THE TASK: Every line below from the one containing "v 0.339 0 -10.091" through the one containing "v 26.121 0 -8.731" must be transcribed exactly. Omit all lines outside that stretch.

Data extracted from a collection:
== == ==

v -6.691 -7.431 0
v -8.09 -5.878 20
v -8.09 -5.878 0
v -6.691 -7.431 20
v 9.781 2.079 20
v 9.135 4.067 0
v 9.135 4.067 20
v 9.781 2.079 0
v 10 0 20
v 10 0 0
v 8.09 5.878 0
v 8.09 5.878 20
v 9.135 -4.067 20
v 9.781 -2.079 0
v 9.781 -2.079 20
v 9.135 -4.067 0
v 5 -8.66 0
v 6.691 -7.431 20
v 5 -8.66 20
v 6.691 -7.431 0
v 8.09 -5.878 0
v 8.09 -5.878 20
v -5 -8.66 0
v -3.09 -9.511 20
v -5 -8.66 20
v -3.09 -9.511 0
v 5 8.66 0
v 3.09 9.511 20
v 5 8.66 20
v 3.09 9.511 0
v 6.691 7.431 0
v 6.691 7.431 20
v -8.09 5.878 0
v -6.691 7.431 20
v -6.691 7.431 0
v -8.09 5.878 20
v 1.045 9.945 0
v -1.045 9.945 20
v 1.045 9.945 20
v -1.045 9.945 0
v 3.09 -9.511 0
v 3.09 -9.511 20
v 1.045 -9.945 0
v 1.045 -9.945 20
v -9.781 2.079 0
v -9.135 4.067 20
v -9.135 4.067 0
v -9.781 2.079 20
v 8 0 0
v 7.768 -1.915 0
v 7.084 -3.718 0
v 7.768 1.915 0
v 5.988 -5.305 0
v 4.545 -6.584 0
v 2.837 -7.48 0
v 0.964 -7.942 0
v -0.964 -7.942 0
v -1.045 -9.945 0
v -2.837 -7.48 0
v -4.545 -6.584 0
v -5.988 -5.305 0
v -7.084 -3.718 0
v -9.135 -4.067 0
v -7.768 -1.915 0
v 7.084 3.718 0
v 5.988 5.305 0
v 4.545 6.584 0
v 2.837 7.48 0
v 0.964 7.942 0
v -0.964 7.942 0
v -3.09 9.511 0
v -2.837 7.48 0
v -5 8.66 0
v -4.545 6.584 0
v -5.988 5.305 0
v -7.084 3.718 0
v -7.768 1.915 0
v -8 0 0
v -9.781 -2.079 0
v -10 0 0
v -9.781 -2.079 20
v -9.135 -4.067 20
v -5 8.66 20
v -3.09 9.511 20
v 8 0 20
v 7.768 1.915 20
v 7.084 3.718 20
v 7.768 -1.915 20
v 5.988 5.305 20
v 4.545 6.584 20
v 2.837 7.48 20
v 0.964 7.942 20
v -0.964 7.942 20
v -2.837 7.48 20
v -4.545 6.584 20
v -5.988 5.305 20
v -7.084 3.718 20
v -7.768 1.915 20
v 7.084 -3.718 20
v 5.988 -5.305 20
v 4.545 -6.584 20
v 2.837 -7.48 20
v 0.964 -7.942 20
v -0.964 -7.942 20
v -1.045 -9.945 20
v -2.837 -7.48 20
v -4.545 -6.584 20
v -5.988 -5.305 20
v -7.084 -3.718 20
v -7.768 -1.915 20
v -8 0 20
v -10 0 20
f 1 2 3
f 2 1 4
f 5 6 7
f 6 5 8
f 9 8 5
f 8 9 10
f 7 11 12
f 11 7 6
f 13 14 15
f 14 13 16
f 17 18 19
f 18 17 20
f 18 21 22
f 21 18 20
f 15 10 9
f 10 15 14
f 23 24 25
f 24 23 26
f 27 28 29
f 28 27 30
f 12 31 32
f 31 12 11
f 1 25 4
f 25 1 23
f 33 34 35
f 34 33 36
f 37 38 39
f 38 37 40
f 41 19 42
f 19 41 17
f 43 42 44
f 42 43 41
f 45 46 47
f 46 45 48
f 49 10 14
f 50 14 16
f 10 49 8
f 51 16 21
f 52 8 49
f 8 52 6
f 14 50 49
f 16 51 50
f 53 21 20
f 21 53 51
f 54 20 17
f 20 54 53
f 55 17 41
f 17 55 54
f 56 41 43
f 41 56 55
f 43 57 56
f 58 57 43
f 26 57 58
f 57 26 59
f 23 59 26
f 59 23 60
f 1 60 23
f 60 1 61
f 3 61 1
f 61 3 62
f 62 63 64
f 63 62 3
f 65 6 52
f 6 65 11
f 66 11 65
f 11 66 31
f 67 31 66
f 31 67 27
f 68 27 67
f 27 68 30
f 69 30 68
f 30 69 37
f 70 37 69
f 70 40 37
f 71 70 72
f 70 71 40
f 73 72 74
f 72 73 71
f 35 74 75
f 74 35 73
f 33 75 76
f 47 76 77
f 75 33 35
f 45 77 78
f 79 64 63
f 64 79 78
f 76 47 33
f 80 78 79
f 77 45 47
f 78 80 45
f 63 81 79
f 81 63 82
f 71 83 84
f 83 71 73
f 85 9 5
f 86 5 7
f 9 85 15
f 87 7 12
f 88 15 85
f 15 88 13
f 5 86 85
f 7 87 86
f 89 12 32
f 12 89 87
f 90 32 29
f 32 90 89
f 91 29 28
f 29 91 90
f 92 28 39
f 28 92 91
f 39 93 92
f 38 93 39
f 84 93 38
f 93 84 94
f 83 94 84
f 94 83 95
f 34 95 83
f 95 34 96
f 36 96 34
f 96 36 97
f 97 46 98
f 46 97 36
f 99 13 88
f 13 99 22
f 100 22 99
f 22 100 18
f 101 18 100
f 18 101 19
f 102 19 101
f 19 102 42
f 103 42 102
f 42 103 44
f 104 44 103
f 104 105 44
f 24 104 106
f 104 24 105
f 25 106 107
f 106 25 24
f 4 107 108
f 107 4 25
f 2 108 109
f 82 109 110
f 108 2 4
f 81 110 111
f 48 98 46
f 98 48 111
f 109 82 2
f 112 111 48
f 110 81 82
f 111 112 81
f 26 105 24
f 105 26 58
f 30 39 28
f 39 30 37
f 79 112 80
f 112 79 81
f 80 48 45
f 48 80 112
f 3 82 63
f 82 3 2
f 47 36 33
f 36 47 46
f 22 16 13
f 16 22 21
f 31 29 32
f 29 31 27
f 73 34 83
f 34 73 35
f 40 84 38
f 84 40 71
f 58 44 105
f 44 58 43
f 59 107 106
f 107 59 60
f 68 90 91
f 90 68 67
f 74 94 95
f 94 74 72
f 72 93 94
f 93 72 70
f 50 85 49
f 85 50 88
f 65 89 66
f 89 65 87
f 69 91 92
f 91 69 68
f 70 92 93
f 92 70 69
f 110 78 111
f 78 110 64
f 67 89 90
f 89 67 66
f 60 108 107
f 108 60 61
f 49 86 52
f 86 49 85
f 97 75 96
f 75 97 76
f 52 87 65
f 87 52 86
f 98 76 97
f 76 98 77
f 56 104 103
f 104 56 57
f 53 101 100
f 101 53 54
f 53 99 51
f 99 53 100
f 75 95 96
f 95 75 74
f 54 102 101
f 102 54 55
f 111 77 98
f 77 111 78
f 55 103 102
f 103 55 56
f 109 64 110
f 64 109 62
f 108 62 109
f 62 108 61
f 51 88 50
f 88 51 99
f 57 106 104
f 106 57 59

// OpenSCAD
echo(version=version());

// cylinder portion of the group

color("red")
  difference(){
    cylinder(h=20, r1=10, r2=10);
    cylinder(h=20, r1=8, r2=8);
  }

== == ==

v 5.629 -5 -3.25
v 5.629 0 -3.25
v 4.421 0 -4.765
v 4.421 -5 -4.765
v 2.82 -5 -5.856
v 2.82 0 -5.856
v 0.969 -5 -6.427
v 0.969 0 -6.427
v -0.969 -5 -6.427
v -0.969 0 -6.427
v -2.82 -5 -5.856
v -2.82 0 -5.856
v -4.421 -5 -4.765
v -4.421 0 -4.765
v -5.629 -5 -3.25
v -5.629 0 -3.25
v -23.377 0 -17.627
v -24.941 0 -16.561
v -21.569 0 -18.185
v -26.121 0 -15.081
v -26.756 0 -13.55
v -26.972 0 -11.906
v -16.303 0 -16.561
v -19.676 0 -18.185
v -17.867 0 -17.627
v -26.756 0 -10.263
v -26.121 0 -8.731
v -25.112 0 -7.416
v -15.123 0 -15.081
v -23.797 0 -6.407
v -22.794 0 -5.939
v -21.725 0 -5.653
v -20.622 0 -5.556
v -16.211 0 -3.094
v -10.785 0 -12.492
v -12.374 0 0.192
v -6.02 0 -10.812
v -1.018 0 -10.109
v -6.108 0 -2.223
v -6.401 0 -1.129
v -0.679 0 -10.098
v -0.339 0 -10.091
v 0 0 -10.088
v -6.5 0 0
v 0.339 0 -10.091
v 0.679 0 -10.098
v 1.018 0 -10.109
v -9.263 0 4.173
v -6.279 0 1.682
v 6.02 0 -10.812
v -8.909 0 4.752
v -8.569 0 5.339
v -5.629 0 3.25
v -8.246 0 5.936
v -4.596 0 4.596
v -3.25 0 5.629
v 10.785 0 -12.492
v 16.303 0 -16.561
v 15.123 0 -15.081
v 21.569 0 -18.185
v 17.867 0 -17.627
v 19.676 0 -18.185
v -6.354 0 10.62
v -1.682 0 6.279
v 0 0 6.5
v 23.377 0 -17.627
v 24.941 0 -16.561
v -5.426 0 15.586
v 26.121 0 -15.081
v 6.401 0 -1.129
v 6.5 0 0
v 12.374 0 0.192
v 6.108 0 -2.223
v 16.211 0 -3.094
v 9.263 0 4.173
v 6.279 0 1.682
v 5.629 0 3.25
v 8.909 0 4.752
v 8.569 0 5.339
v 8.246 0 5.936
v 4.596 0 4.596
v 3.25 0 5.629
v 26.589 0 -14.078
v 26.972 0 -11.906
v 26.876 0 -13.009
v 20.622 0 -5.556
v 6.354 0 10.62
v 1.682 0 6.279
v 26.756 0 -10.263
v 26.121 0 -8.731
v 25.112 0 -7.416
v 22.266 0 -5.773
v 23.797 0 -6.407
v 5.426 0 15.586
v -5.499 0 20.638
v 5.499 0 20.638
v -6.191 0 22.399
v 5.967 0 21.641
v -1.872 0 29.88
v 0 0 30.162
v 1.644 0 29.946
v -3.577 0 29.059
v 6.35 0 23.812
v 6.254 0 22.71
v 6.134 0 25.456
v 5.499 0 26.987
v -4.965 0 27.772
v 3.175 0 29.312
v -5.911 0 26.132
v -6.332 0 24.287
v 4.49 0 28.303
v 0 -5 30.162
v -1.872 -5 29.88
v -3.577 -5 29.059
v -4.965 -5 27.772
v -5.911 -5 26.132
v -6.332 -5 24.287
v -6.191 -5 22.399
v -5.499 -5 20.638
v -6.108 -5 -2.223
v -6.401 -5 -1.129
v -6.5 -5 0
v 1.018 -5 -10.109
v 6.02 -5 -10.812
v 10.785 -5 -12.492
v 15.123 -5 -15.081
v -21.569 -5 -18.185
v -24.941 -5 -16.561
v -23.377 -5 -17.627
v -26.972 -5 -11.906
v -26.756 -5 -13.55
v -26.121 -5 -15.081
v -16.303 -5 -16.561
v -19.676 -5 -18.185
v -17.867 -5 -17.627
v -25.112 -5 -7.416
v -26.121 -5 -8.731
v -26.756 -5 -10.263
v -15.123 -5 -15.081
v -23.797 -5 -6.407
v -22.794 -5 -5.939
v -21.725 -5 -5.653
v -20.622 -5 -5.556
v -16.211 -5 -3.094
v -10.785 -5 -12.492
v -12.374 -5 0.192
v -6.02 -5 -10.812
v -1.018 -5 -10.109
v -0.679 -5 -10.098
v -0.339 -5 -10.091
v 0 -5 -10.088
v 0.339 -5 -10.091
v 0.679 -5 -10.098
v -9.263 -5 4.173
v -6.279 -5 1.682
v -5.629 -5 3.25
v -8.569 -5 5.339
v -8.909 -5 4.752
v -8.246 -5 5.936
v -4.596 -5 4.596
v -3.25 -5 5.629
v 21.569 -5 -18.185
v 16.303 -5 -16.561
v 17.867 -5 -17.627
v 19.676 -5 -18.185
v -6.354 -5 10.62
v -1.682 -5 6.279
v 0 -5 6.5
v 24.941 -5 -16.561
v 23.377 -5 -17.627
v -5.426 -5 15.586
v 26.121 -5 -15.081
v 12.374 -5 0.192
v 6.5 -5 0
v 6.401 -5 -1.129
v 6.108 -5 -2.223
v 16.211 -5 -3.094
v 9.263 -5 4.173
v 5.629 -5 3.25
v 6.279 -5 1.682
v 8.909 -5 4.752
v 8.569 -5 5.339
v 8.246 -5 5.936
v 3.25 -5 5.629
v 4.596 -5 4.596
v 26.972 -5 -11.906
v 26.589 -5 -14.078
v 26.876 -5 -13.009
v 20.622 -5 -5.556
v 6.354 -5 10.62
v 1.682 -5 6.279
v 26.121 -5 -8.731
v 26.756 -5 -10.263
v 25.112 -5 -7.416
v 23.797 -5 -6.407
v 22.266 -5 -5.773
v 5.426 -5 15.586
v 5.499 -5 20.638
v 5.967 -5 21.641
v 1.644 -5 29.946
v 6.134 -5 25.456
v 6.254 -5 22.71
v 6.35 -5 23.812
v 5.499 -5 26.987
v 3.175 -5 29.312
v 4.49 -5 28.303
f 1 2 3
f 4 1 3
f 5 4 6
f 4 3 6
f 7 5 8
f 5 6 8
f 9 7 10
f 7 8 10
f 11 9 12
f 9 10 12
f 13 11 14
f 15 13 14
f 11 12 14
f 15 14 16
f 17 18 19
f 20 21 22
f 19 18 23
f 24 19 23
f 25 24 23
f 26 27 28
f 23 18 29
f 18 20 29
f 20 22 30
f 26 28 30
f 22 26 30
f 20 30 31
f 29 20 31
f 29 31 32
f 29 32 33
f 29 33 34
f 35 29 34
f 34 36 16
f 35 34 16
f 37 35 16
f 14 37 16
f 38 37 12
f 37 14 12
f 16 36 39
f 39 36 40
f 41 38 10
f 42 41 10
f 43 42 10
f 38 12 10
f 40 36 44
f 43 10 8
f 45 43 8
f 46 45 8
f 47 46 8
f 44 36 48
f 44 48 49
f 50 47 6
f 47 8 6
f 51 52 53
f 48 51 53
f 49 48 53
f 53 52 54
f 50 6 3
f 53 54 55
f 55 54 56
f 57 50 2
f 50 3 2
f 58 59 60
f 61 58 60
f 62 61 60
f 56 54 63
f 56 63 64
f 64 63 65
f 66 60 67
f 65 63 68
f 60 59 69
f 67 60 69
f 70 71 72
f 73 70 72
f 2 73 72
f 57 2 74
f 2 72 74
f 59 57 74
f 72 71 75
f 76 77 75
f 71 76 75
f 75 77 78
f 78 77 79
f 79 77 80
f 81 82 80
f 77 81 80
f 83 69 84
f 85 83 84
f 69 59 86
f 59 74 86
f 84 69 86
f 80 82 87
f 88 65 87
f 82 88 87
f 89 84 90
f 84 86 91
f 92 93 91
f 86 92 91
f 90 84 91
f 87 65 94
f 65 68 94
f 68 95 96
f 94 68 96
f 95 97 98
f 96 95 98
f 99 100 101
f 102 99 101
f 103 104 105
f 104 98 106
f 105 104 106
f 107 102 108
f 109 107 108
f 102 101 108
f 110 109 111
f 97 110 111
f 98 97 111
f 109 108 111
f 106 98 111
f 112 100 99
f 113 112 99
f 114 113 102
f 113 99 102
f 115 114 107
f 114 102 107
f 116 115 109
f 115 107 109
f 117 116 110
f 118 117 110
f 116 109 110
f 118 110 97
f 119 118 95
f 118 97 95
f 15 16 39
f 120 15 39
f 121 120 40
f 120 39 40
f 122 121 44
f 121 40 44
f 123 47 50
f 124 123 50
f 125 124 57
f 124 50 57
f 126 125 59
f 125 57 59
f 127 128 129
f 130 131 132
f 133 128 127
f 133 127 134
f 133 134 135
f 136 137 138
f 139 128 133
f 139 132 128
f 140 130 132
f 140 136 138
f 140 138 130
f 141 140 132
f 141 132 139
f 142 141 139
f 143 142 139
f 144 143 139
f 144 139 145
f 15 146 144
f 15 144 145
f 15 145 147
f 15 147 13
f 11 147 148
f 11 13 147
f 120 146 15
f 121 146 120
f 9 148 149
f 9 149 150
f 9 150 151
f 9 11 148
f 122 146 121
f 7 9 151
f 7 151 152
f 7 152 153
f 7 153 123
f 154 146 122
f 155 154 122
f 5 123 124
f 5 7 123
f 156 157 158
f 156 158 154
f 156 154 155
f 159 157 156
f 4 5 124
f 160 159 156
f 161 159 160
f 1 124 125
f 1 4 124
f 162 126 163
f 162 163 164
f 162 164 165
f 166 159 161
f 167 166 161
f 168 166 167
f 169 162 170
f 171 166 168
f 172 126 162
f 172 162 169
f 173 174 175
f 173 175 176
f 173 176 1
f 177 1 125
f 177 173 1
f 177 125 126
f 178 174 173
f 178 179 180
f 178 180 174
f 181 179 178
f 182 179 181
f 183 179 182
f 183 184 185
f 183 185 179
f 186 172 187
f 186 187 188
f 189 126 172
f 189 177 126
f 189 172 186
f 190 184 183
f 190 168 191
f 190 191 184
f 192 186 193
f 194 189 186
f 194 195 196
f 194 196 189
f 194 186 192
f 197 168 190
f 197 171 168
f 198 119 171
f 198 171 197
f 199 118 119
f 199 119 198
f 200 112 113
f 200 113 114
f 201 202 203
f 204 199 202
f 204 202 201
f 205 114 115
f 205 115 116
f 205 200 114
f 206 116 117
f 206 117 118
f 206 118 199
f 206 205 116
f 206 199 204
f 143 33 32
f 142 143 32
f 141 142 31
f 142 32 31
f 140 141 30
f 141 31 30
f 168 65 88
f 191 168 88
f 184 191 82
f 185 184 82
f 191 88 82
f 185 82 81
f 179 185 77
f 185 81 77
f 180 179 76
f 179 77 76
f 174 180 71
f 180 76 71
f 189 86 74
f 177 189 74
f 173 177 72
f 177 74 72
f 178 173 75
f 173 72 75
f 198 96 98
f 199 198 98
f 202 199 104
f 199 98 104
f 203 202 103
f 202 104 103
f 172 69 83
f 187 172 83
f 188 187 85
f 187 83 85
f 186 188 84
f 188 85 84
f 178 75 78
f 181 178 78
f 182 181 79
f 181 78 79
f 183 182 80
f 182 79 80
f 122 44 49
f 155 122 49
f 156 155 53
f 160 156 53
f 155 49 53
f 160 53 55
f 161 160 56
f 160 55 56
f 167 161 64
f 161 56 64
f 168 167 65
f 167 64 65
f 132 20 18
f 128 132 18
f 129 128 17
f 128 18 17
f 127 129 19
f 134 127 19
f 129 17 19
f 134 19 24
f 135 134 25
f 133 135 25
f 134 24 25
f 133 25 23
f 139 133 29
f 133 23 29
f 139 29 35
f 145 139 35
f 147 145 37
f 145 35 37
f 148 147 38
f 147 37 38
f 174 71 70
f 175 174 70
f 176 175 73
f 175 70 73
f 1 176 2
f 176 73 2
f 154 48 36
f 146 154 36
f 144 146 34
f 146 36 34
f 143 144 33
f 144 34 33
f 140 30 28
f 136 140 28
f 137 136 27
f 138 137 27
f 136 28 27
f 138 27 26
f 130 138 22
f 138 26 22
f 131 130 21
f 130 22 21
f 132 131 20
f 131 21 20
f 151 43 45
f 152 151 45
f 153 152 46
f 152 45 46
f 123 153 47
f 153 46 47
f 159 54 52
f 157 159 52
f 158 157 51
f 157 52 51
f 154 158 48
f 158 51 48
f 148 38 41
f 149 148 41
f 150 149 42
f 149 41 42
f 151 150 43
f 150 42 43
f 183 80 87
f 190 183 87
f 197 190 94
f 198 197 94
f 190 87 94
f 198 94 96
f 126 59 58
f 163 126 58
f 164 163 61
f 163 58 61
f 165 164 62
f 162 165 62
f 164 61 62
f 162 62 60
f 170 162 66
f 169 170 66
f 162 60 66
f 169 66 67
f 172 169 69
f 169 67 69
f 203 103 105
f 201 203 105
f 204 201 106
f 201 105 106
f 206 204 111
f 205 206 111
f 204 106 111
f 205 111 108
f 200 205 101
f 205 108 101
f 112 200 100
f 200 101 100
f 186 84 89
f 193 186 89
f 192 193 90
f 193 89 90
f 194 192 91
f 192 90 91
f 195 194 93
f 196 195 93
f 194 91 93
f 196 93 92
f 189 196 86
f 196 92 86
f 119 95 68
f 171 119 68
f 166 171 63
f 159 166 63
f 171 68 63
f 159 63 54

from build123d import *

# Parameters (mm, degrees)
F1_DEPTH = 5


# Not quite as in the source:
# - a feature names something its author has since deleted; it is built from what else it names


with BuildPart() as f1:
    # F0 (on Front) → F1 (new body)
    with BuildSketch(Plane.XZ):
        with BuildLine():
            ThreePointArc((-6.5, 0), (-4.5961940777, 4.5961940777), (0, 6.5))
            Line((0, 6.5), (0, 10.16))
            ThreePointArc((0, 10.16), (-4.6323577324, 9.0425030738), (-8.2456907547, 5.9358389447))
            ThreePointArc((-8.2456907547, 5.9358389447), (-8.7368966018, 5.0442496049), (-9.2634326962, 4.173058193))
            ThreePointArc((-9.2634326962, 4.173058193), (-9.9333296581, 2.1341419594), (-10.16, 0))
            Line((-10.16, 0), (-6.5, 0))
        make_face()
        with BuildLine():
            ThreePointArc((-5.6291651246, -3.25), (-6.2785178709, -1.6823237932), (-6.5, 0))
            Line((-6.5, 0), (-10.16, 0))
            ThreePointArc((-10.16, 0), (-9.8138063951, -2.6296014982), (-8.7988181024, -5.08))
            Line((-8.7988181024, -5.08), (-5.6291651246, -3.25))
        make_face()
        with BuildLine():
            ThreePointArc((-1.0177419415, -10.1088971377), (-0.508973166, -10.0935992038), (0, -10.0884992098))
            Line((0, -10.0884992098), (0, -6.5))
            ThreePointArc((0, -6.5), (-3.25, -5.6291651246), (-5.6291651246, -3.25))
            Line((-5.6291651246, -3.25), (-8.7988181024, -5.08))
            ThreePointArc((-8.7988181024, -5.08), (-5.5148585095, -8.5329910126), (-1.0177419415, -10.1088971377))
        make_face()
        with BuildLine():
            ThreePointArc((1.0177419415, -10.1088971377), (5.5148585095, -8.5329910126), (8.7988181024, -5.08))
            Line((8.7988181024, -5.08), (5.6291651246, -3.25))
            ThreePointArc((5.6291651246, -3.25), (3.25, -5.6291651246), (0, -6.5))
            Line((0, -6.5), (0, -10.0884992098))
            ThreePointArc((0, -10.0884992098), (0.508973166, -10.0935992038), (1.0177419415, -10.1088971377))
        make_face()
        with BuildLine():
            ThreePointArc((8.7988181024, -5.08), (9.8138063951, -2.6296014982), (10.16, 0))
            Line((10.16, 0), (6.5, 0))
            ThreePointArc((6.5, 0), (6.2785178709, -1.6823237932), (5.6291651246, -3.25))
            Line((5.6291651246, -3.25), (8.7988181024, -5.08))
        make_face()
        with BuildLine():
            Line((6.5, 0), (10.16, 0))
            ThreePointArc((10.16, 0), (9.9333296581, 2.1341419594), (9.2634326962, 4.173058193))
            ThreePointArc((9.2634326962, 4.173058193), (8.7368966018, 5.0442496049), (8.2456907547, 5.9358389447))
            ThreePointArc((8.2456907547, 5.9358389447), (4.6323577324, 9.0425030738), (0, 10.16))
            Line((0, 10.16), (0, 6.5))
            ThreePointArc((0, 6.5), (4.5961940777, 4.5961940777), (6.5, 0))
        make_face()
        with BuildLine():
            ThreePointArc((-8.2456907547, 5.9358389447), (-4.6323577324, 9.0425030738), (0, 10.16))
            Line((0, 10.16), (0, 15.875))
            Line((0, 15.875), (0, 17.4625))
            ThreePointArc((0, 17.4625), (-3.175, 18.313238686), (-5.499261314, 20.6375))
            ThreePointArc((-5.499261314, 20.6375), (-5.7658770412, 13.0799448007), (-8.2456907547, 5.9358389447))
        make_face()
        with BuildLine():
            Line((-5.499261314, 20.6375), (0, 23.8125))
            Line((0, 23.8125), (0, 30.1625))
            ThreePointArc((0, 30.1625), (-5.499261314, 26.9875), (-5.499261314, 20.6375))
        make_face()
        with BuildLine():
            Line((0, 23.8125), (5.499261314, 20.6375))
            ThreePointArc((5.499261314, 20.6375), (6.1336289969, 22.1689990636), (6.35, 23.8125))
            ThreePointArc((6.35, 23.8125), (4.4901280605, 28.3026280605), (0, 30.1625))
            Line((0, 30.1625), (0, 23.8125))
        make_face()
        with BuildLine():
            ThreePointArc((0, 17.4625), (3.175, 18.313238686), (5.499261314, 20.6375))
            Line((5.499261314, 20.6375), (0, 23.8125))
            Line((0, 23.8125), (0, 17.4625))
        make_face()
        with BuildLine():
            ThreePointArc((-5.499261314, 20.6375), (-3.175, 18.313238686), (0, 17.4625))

== == ==

RESULT OF THE EXERCISE:
v 0.339 0 -10.091
v 0.679 0 -10.098
v 1.018 0 -10.109
v -9.263 0 4.173
v -6.279 0 1.682
v 6.02 0 -10.812
v -8.909 0 4.752
v -8.569 0 5.339
v -5.629 0 3.25
v -8.246 0 5.936
v -4.596 0 4.596
v -3.25 0 5.629
v 10.785 0 -12.492
v 16.303 0 -16.561
v 15.123 0 -15.081
v 21.569 0 -18.185
v 17.867 0 -17.627
v 19.676 0 -18.185
v -6.354 0 10.62
v -1.682 0 6.279
v 0 0 6.5
v 23.377 0 -17.627
v 24.941 0 -16.561
v -5.426 0 15.586
v 26.121 0 -15.081
v 6.401 0 -1.129
v 6.5 0 0
v 12.374 0 0.192
v 6.108 0 -2.223
v 16.211 0 -3.094
v 9.263 0 4.173
v 6.279 0 1.682
v 5.629 0 3.25
v 8.909 0 4.752
v 8.569 0 5.339
v 8.246 0 5.936
v 4.596 0 4.596
v 3.25 0 5.629
v 26.589 0 -14.078
v 26.972 0 -11.906
v 26.876 0 -13.009
v 20.622 0 -5.556
v 6.354 0 10.62
v 1.682 0 6.279
v 26.756 0 -10.263
v 26.121 0 -8.731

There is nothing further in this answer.